Beginning in 1970 and continuing through 2000, The Census Bureau used two different questionnaires to gather information—a short form sent to more than 80 percent of American households, which did not inquire about citizenship, and a long form distributed to fewer than 20 percent of American households, which did [include the citizenship question.]

The long form was discontinued after 2000, so in 2010, every household received the short form—meaning, in effect, that no one was asked for citizenship data in the big 2010 Census. But households who received the ACS were …Technically, the Census Bureau never actually stopped asking the citizenship question, although since the 2000 census, they have only asked it of around 3.5 million households [2.6 percent of the population] per year.

[Whether it is being added back in to the overall census for 2020 for political reasons is another issue.]

But I digress.

Here are some problems I have with the ACS:

Working your way through it is a bit like stumbling through a maze. Depending on how you answer, say, Question 12a, you are instructed either to skip to Question 15a, or answer Question 12b. [Not real question numbers, in case you’re checking me for accuracy.] There’s a lot of that. You have to repeat the procedure for every member of the household, and I can imagine people getting frustrated and bailing out. [I can just hear the complaints of “ridiculous government bureaucracy” now.]

Then, when you get to the part about household income and expenses, you’re really in the weeds. You’re sitting on the couch with your spouse, filling out the form, and you come to the questions about how much you earned in the past 12 months [not the same period as you’re filing for with the IRS, by the way], how much of that was interest and/or dividends, how much was Social Security, or pension, how much you pay per month for natural gas, electricity, sewer, water, personal property taxes and real estate taxes, and homeowners’ or rental insurance.

I’m a homeowner. I pay bills. But I don’t have those numbers at my fingertips. And, let’s face it, after page after page of questions, I’m just too lazy to go to my files to figure out those numbers.  So I estimate. Or guess. Or just pull a number out of the air, just to fill in the blank. And I’m certain that I’m not alone in short-cutting the process. So, how good is the information going to be?

Also, the ACS asked me to indicate my ethnic background or national origin. They offer suggestions, such as Japanese, Polish, etc. But, really, what am I supposed to say? Where my parents and grandparents came from? There’s just one blank, but my family was from several different countries. I didn’t know what to say. That’s why I left it blank. Maybe the government doesn’t really need to know that, anyway.

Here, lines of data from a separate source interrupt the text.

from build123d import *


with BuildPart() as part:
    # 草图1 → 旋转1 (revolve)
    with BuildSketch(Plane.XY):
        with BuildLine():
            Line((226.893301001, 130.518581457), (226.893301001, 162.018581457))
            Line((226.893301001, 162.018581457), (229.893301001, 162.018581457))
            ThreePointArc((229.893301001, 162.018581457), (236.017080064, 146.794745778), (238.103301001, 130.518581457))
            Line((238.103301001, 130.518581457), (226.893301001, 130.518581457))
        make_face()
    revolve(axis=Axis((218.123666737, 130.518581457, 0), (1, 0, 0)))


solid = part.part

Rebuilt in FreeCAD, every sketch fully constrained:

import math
import FreeCAD as App
import Part
import Sketcher
from FreeCAD import Vector
Q = App.Units.Quantity

doc = App.newDocument("Part")
body = doc.addObject("PartDesign::Body", "Body")

# Sketch on XY plane
sketch1 = body.newObject("Sketcher::SketchObject", "Sketch")
sketch1.AttachmentSupport = (doc.getObject("XY_Plane"), [""])
sketch1.MapMode = "FlatFace"
sketch1.addGeometry([
    Part.LineSegment(Vector(226.893301, 162.018581, 0), Vector(226.893301, 130.518581, 0)),
    Part.LineSegment(Vector(226.893301, 130.518581, 0), Vector(238.103301, 130.518581, 0)),
    Part.ArcOfCircle(Part.Circle(Vector(173.568947, 130.518581, 0), Vector(0, 0, 1), 64.534354), math.radians(0), math.radians(29.216571)),
    Part.LineSegment(Vector(229.893301, 162.018581, 0), Vector(226.893301, 162.018581, 0)),
], False)
sketch1.addGeometry(Part.LineSegment(Vector(173.568947, 130.518581, 0), Vector(238.103301, 130.518581, 0)), True)  # axis
sketch1.addConstraint([
    Sketcher.Constraint("Coincident", 0, 2, 1, 1),
    Sketcher.Constraint("Coincident", 1, 2, 2, 1),
    Sketcher.Constraint("Coincident", 2, 2, 3, 1),
    Sketcher.Constraint("Coincident", 3, 2, 0, 1),
    Sketcher.Constraint("Vertical", 0),
    Sketcher.Constraint("Horizontal", 1),
    Sketcher.Constraint("Horizontal", 3),
    Sketcher.Constraint("Horizontal", 4),
    Sketcher.Constraint("Coincident", 4, 1, 2, 3),
    Sketcher.Constraint("Coincident", 4, 2, 1, 2),
    Sketcher.Constraint("DistanceX", 3, 2, 3, 1, Q("3 mm")),
    Sketcher.Constraint("DistanceY", 0, 2, 0, 1, Q("31.5 mm")),
    Sketcher.Constraint("DistanceX", 1, 1, 1, 2, Q("11.21 mm")),
    Sketcher.Constraint("DistanceX", -1, 1, 0, 2, Q("226.893301 mm")),
    Sketcher.Constraint("DistanceY", -1, 1, 2, 3, Q("130.518581 mm")),
])
revolution = body.newObject("PartDesign::Revolution", "Revolution")
revolution.Profile = sketch1
revolution.ReferenceAxis = (sketch1, ["Axis0"])
revolution.Angle = 360

doc.recompute()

And I think that that others may not answer that question, as well, because they fear that ethnic information could be used for nefarious purposes—especially by an administration that is so openly anti-immigrant. [Personally, I’m not yet at the stage of paranoia that I worry that ethnic information will be used to send us to internment camps –although there’s some evidence that pre-World-War-II census information was used precisely for that purpose].

In the end, I did my duty as a citizen and mailed it in—in the conveniently supplied pre-paid envelope. But I have my doubts about the usefulness and privacy of the information I’ve supplied. In today’s prevailing political atmosphere, I’m guessing that many others share my suspicions, and that there will be a lot of spaces left blank and surveys tossed in the trash. That’s a sad development for our country.